A co-crystallization induced surface modification strategy with cyanuric acid modulates the bandgap emission of carbon dots

Zhengjie Zhou; Elena V Ushakova; Enshan Liu; Xin Bao; Di Li; Ding Zhou; Zhanao Tan; Songnan Qu; Andrey L Rogach

doi:10.1039/d0nr02639e

A co-crystallization induced surface modification strategy with cyanuric acid modulates the bandgap emission of carbon dots

Nanoscale. 2020 May 28;12(20):10987-10993. doi: 10.1039/d0nr02639e.

Authors

Zhengjie Zhou¹, Elena V Ushakova², Enshan Liu³, Xin Bao¹, Di Li⁴, Ding Zhou⁴, Zhanao Tan³, Songnan Qu⁵, Andrey L Rogach²

Affiliations

¹ State Key Laboratory of Luminescence and Applications, Changchun Institute of Optics, Fine Mechanics and Physics, Chinese Academy of Sciences, Changchun 130033, PR China and University of Chinese Academy of Sciences, Beijing 100049, PR China.
² Department of Materials Science and Engineering, and Centre for Functional Photonics, City University of Hong Kong, Kowloon, Hong Kong SAR, PR China and Center of Information Optical Technologies, ITMO University, Saint Petersburg 197101, Russia.
³ Beijing Advanced Innovation Center for Soft Matter Science and Engineering, Beijing University of Chemical Technology, Beijing 100029, PR China.
⁴ State Key Laboratory of Luminescence and Applications, Changchun Institute of Optics, Fine Mechanics and Physics, Chinese Academy of Sciences, Changchun 130033, PR China.
⁵ Joint Key Laboratory of the Ministry of Education, Institute of Applied Physics and Materials Engineering, University of Macau, Taipa, Macau, PR China. songnanqu@um.edu.mo.

PMID: 32420582
DOI: 10.1039/d0nr02639e

Abstract

Along the line of offering surface modification strategies to tune emission properties of carbon dots (CDs), a co-crystallization strategy with cyanuric acid (CA) was developed to modulate the bandgap emissions of CDs and produce highly emissive solid composite CD-based materials.
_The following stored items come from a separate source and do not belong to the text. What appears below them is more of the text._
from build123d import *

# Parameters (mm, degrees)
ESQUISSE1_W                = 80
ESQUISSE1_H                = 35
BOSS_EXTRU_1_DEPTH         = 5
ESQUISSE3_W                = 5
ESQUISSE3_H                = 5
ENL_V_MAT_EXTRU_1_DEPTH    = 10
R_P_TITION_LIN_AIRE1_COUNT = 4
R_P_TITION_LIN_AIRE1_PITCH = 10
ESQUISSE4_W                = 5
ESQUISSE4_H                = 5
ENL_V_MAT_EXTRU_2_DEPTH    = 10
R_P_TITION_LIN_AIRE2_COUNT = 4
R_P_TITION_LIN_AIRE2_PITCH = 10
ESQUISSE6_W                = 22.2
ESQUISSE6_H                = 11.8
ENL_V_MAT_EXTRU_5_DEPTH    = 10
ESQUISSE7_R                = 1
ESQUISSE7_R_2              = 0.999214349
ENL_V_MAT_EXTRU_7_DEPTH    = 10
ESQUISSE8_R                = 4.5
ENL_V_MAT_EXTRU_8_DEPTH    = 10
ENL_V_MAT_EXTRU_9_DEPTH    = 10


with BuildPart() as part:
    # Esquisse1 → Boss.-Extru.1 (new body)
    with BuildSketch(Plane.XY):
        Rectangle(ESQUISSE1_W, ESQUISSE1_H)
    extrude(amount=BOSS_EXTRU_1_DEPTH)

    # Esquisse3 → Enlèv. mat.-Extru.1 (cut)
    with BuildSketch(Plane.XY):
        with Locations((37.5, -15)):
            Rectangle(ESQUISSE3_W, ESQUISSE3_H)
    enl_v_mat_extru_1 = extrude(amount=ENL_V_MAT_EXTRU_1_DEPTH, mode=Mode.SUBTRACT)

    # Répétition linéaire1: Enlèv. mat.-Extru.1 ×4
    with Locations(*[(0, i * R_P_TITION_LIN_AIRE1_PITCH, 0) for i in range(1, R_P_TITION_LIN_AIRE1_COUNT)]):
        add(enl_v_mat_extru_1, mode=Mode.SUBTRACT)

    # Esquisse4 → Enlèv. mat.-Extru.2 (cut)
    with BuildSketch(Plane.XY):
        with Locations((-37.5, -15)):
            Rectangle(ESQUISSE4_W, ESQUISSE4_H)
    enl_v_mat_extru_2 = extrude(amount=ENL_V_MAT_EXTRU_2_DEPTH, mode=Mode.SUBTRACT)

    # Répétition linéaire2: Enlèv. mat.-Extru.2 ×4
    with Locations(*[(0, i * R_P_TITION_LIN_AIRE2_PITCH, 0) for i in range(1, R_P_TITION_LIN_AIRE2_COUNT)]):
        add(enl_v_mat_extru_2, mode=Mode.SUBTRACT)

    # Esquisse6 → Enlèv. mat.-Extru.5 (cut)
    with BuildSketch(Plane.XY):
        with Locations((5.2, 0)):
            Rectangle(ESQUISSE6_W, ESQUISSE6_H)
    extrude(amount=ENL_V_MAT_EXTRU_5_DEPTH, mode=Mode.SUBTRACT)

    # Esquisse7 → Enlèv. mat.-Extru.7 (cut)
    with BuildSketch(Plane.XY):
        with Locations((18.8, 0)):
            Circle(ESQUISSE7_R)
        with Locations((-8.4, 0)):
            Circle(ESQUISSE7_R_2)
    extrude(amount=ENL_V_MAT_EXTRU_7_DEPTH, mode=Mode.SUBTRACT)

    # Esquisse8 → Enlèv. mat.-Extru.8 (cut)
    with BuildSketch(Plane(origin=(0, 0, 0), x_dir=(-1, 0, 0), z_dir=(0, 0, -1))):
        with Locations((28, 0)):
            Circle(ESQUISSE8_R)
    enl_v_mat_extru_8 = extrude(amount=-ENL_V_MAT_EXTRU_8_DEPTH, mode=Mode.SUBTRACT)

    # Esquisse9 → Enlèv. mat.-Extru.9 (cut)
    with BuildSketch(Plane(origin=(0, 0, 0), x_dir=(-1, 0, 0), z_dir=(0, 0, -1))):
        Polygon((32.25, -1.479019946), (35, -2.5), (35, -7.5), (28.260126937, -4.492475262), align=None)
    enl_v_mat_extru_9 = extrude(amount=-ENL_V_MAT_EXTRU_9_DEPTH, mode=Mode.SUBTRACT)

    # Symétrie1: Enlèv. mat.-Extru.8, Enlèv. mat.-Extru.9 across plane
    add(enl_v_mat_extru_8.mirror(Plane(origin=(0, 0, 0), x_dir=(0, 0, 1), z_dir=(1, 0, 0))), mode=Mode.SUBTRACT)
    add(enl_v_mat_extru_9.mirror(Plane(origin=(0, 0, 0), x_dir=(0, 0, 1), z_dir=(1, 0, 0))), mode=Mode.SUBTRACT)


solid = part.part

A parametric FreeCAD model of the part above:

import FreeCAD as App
import Part
import Sketcher

V = App.Vector
Q = App.Units.Quantity

doc = App.newDocument("Part")
params = doc.addObject("Spreadsheet::Sheet", "Params")
for row, (alias, value) in enumerate([
    ("sketch1_width", "80 mm"),
    ("sketch1_height", "35 mm"),
    ("pad1_length", "5 mm"),
    ("sketch2_width", "5 mm"),
    ("pocket1_length", "10 mm"),
    ("linearpattern_pitch", "10 mm"),
    ("sketch3_width", "5 mm"),
    ("pocket2_length", "10 mm"),
    ("linearpattern2_pitch", "10 mm"),
    ("sketch4_width", "22.2 mm"),
    ("sketch4_height", "11.8 mm"),
    ("pocket3_length", "10 mm"),
    ("sketch5_diameter", "2 mm"),
    ("pocket4_length", "10 mm"),
    ("sketch6_diameter", "9 mm"),
    ("pocket5_length", "10 mm"),
    ("sketch7_height", "5 mm"),
    ("sketch7_length", "5 mm"),
    ("pocket6_length", "10 mm"),
], start=1):
    params.set(f"A{row}", alias)
    params.set(f"B{row}", "=" + value)
    params.setAlias(f"B{row}", alias)

body = doc.addObject("PartDesign::Body", "Body")

# Sketch on XY plane
sketch1 = body.newObject("Sketcher::SketchObject", "Sketch")
sketch1.AttachmentSupport = (doc.getObject("XY_Plane"), [""])
sketch1.MapMode = "FlatFace"
sketch1.addGeometry([
    Part.LineSegment(V(-40, 18, 0), V(-40, -18, 0)),
    Part.LineSegment(V(-40, -18, 0), V(40, -18, 0)),
    Part.LineSegment(V(40, -18, 0), V(40, 18, 0)),
    Part.LineSegment(V(40, 18, 0), V(-40, 18, 0)),
], False)
sketch1.addConstraint([
    Sketcher.Constraint("Coincident", 0, 2, 1, 1),
    Sketcher.Constraint("Coincident", 1, 2, 2, 1),
    Sketcher.Constraint("Coincident", 2, 2, 3, 1),
    Sketcher.Constraint("Coincident", 3, 2, 0, 1),
    Sketcher.Constraint("Vertical", 0),
    Sketcher.Constraint("Horizontal", 1),
    Sketcher.Constraint("Vertical", 2),
    Sketcher.Constraint("Horizontal", 3),
    Sketcher.Constraint("Symmetric", 0, 2, 2, 2, -1, 1),
    Sketcher.Constraint("DistanceX", 1, 1, 1, 2, Q("80 mm")),
    Sketcher.Constraint("DistanceY", 0, 2, 0, 1, Q("35 mm")),
])
sketch1.setExpression("Constraints[9]", "Params.sketch1_width")
sketch1.setExpression("Constraints[10]", "Params.sketch1_height")
pad1 = body.newObject("PartDesign::Pad", "Pad")
pad1.Profile = sketch1
pad1.setExpression("Length", "Params.pad1_length")

# Sketch on XY plane
sketch2 = body.newObject("Sketcher::SketchObject", "Sketch001")
sketch2.AttachmentSupport = (doc.getObject("XY_Plane"), [""])
sketch2.MapMode = "FlatFace"
sketch2.addGeometry([
    Part.LineSegment(V(35, -12, 0), V(35, -18, 0)),
    Part.LineSegment(V(35, -18, 0), V(40, -18, 0)),
    Part.LineSegment(V(40, -18, 0), V(40, -12, 0)),
    Part.LineSegment(V(40, -12, 0), V(35, -12, 0)),
], False)
sketch2.addConstraint([
    Sketcher.Constraint("Coincident", 0, 2, 1, 1),
    Sketcher.Constraint("Coincident", 1, 2, 2, 1),
    Sketcher.Constraint("Coincident", 2, 2, 3, 1),
    Sketcher.Constraint("Coincident", 3, 2, 0, 1),
    Sketcher.Constraint("Vertical", 0),
    Sketcher.Constraint("Horizontal", 1),
    Sketcher.Constraint("Vertical", 2),
    Sketcher.Constraint("Horizontal", 3),
    Sketcher.Constraint("Equal", 3, 0),
    Sketcher.Constraint("DistanceX", 1, 1, 1, 2, Q("5 mm")),
    Sketcher.Constraint("DistanceX", -1, 1, 0, 2, Q("35 mm")),
    Sketcher.Constraint("DistanceY", 0, 2, -1, 1, Q("17.5 mm")),
])
sketch2.setExpression("Constraints[9]", "Params.sketch2_width")
pocket1 = body.newObject("PartDesign::Pocket", "Pocket")
pocket1.Profile = sketch2
pocket1.setExpression("Length", "Params.pocket1_length")
pocket1.Reversed = True
doc.recompute()

linearpattern = body.newObject("PartDesign::LinearPattern", "LinearPattern")
linearpattern.Originals = [pocket1]
linearpattern.Direction = (doc.getObject("Y_Axis"), [""])
linearpattern.Mode = "offset"
linearpattern.setExpression("Offset", "Params.linearpattern_pitch")
linearpattern.Occurrences = 4
body.Tip = linearpattern

# Sketch on XY plane
sketch3 = body.newObject("Sketcher::SketchObject", "Sketch002")
sketch3.AttachmentSupport = (doc.getObject("XY_Plane"), [""])
sketch3.MapMode = "FlatFace"
sketch3.addGeometry([
    Part.LineSegment(V(-40, -12, 0), V(-40, -18, 0)),
    Part.LineSegment(V(-40, -18, 0), V(-35, -18, 0)),
    Part.LineSegment(V(-35, -18, 0), V(-35, -12, 0)),
    Part.LineSegment(V(-35, -12, 0), V(-40, -12, 0)),
], False)
sketch3.addConstraint([
    Sketcher.Constraint("Coincident", 0, 2, 1, 1),
    Sketcher.Constraint("Coincident", 1, 2, 2, 1),
    Sketcher.Constraint("Coincident", 2, 2, 3, 1),
    Sketcher.Constraint("Coincident", 3, 2, 0, 1),
    Sketcher.Constraint("Vertical", 0),
    Sketcher.Constraint("Horizontal", 1),
    Sketcher.Constraint("Vertical", 2),
    Sketcher.Constraint("Horizontal", 3),
    Sketcher.Constraint("Equal", 3, 0),
    Sketcher.Constraint("DistanceX", 1, 1, 1, 2, Q("5 mm")),
    Sketcher.Constraint("DistanceX", 0, 2, -1, 1, Q("40 mm")),
    Sketcher.Constraint("DistanceY", 0, 2, -1, 1, Q("17.5 mm")),
])
sketch3.setExpression("Constraints[9]", "Params.sketch3_width")
pocket2 = body.newObject("PartDesign::Pocket", "Pocket001")
pocket2.Profile = sketch3
pocket2.setExpression("Length", "Params.pocket2_length")
pocket2.Reversed = True
doc.recompute()

linearpattern2 = body.newObject("PartDesign::LinearPattern", "LinearPattern001")
linearpattern2.Originals = [pocket2]
linearpattern2.Direction = (doc.getObject("Y_Axis"), [""])
linearpattern2.Mode = "offset"
linearpattern2.setExpression("Offset", "Params.linearpattern2_pitch")
linearpattern2.Occurrences = 4
body.Tip = linearpattern2

# Sketch on XY plane
sketch4 = body.newObject("Sketcher::SketchObject", "Sketch003")
sketch4.AttachmentSupport = (doc.getObject("XY_Plane"), [""])
sketch4.MapMode = "FlatFace"
sketch4.addGeometry([
    Part.LineSegment(V(-6, 6, 0), V(-6, -6, 0)),
    Part.LineSegment(V(-6, -6, 0), V(16, -6, 0)),
    Part.LineSegment(V(16, -6, 0), V(16, 6, 0)),
    Part.LineSegment(V(16, 6, 0), V(-6, 6, 0)),
], False)
sketch4.addConstraint([
    Sketcher.Constraint("Coincident", 0, 2, 1, 1),
    Sketcher.Constraint("Coincident", 1, 2, 2, 1),
    Sketcher.Constraint("Coincident", 2, 2, 3, 1),
    Sketcher.Constraint("Coincident", 3, 2, 0, 1),
    Sketcher.Constraint("Vertical", 0),
    Sketcher.Constraint("Horizontal", 1),
    Sketcher.Constraint("Vertical", 2),
    Sketcher.Constraint("Horizontal", 3),
    Sketcher.Constraint("DistanceX", 1, 1, 1, 2, Q("22.2 mm")),
    Sketcher.Constraint("DistanceY", 0, 2, 0, 1, Q("11.8 mm")),
    Sketcher.Constraint("DistanceX", 0, 2, -1, 1, Q("5.9 mm")),
    Sketcher.Constraint("DistanceY", 0, 2, -1, 1, Q("5.9 mm")),
])
sketch4.setExpression("Constraints[8]", "Params.sketch4_width")
sketch4.setExpression("Constraints[9]", "Params.sketch4_height")
pocket3 = body.newObject("PartDesign::Pocket", "Pocket002")
pocket3.Profile = sketch4
pocket3.setExpression("Length", "Params.pocket3_length")
pocket3.Reversed = True

# Sketch on XY plane
sketch5 = body.newObject("Sketcher::SketchObject", "Sketch004")
sketch5.AttachmentSupport = (doc.getObject("XY_Plane"), [""])
sketch5.MapMode = "FlatFace"
sketch5.addGeometry([
    Part.Circle(V(18.8, 0, 0), V(0, 0, 1), 1),
    Part.Circle(V(-8.4, 0, 0), V(0, 0, 1), 1),
], False)
sketch5.addConstraint([
    Sketcher.Constraint("PointOnObject", 0, 3, -1),
    Sketcher.Constraint("PointOnObject", 1, 3, -1),
    Sketcher.Constraint("Diameter", 0, Q("2 mm")),
    Sketcher.Constraint("DistanceX", -1, 1, 0, 3, Q("18.8 mm")),
    Sketcher.Constraint("DistanceX", 1, 3, -1, 1, Q("8.4 mm")),
    Sketcher.Constraint("Diameter", 1, Q("1.998429 mm")),
])
sketch5.setExpression("Constraints[2]", "Params.sketch5_diameter")
pocket4 = body.newObject("PartDesign::Pocket", "Pocket003")
pocket4.Profile = sketch5
pocket4.setExpression("Length", "Params.pocket4_length")
pocket4.Reversed = True

# Sketch on XY plane
sketch6 = body.newObject("Sketcher::SketchObject", "Sketch005")
sketch6.AttachmentSupport = (doc.getObject("XY_Plane"), [""])
sketch6.MapMode = "FlatFace"
sketch6.addGeometry(Part.Circle(V(-28, 0, 0), V(0, 0, 1), 4.5), False)
sketch6.addConstraint([
    Sketcher.Constraint("PointOnObject", 0, 3, -1),
    Sketcher.Constraint("Diameter", 0, Q("9 mm")),
    Sketcher.Constraint("DistanceX", 0, 3, -1, 1, Q("28 mm")),
])
sketch6.setExpression("Constraints[1]", "Params.sketch6_diameter")
pocket5 = body.newObject("PartDesign::Pocket", "Pocket004")
pocket5.Profile = sketch6
pocket5.setExpression("Length", "Params.pocket5_length")
pocket5.Reversed = True

# Sketch on XY plane
sketch7 = body.newObject("Sketcher::SketchObject", "Sketch006")
sketch7.AttachmentSupport = (doc.getObject("XY_Plane"), [""])
sketch7.MapMode = "FlatFace"
sketch7.addGeometry([
    Part.LineSegment(V(-35, -2.5, 0), V(-32.2, -1.5, 0)),
    Part.LineSegment(V(-32.2, -1.5, 0), V(-28.3, -4.5, 0)),
    Part.LineSegment(V(-28.3, -4.5, 0), V(-35, -7.5, 0)),
    Part.LineSegment(V(-35, -7.5, 0), V(-35, -2.5, 0)),
], False)
sketch7.addConstraint([
    Sketcher.Constraint("Coincident", 0, 2, 1, 1),
    Sketcher.Constraint("Coincident", 1, 2, 2, 1),
    Sketcher.Constraint("Coincident", 2, 2, 3, 1),
    Sketcher.Constraint("Coincident", 3, 2, 0, 1),
    Sketcher.Constraint("Vertical", 3),
    Sketcher.Constraint("DistanceY", 3, 1, 3, 2, Q("5 mm")),
    Sketcher.Constraint("Distance", 1, Q("5 mm")),
    Sketcher.Constraint("DistanceX", 2, 2, -1, 1, Q("35 mm")),
    Sketcher.Constraint("DistanceY", 2, 2, -1, 1, Q("7.5 mm")),
    Sketcher.Constraint("DistanceX", 0, 2, -1, 1, Q("32.25 mm")),
    Sketcher.Constraint("Distance", 0, Q("2.933411 mm")),
    Sketcher.Constraint("Distance", 2, Q("7.380454 mm")),
])
sketch7.setExpression("Constraints[5]", "Params.sketch7_height")
sketch7.setExpression("Constraints[6]", "Params.sketch7_length")
pocket6 = body.newObject("PartDesign::Pocket", "Pocket005")
pocket6.Profile = sketch7
pocket6.setExpression("Length", "Params.pocket6_length")
pocket6.Reversed = True
doc.recompute()

mirrored = body.newObject("PartDesign::Mirrored", "Mirrored")
mirrored.Originals = [pocket5, pocket6]
mirrored.MirrorPlane = (doc.getObject("YZ_Plane"), [""])
body.Tip = mirrored

doc.recompute()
The original blue emission of the CDs changed to a green emission of the CDs@CA crystals, which showed a high photoluminescence quantum yield of 62% and room temperature phosphorescence. The CA molecules firmly bonded to the surface of the CDs and cannot be disrupted by polar solvents or temperature stimuli under ambient conditions, which influenced electron transitions of CDs leading to improved luminescence with excellent thermal stability both in solution and solid states.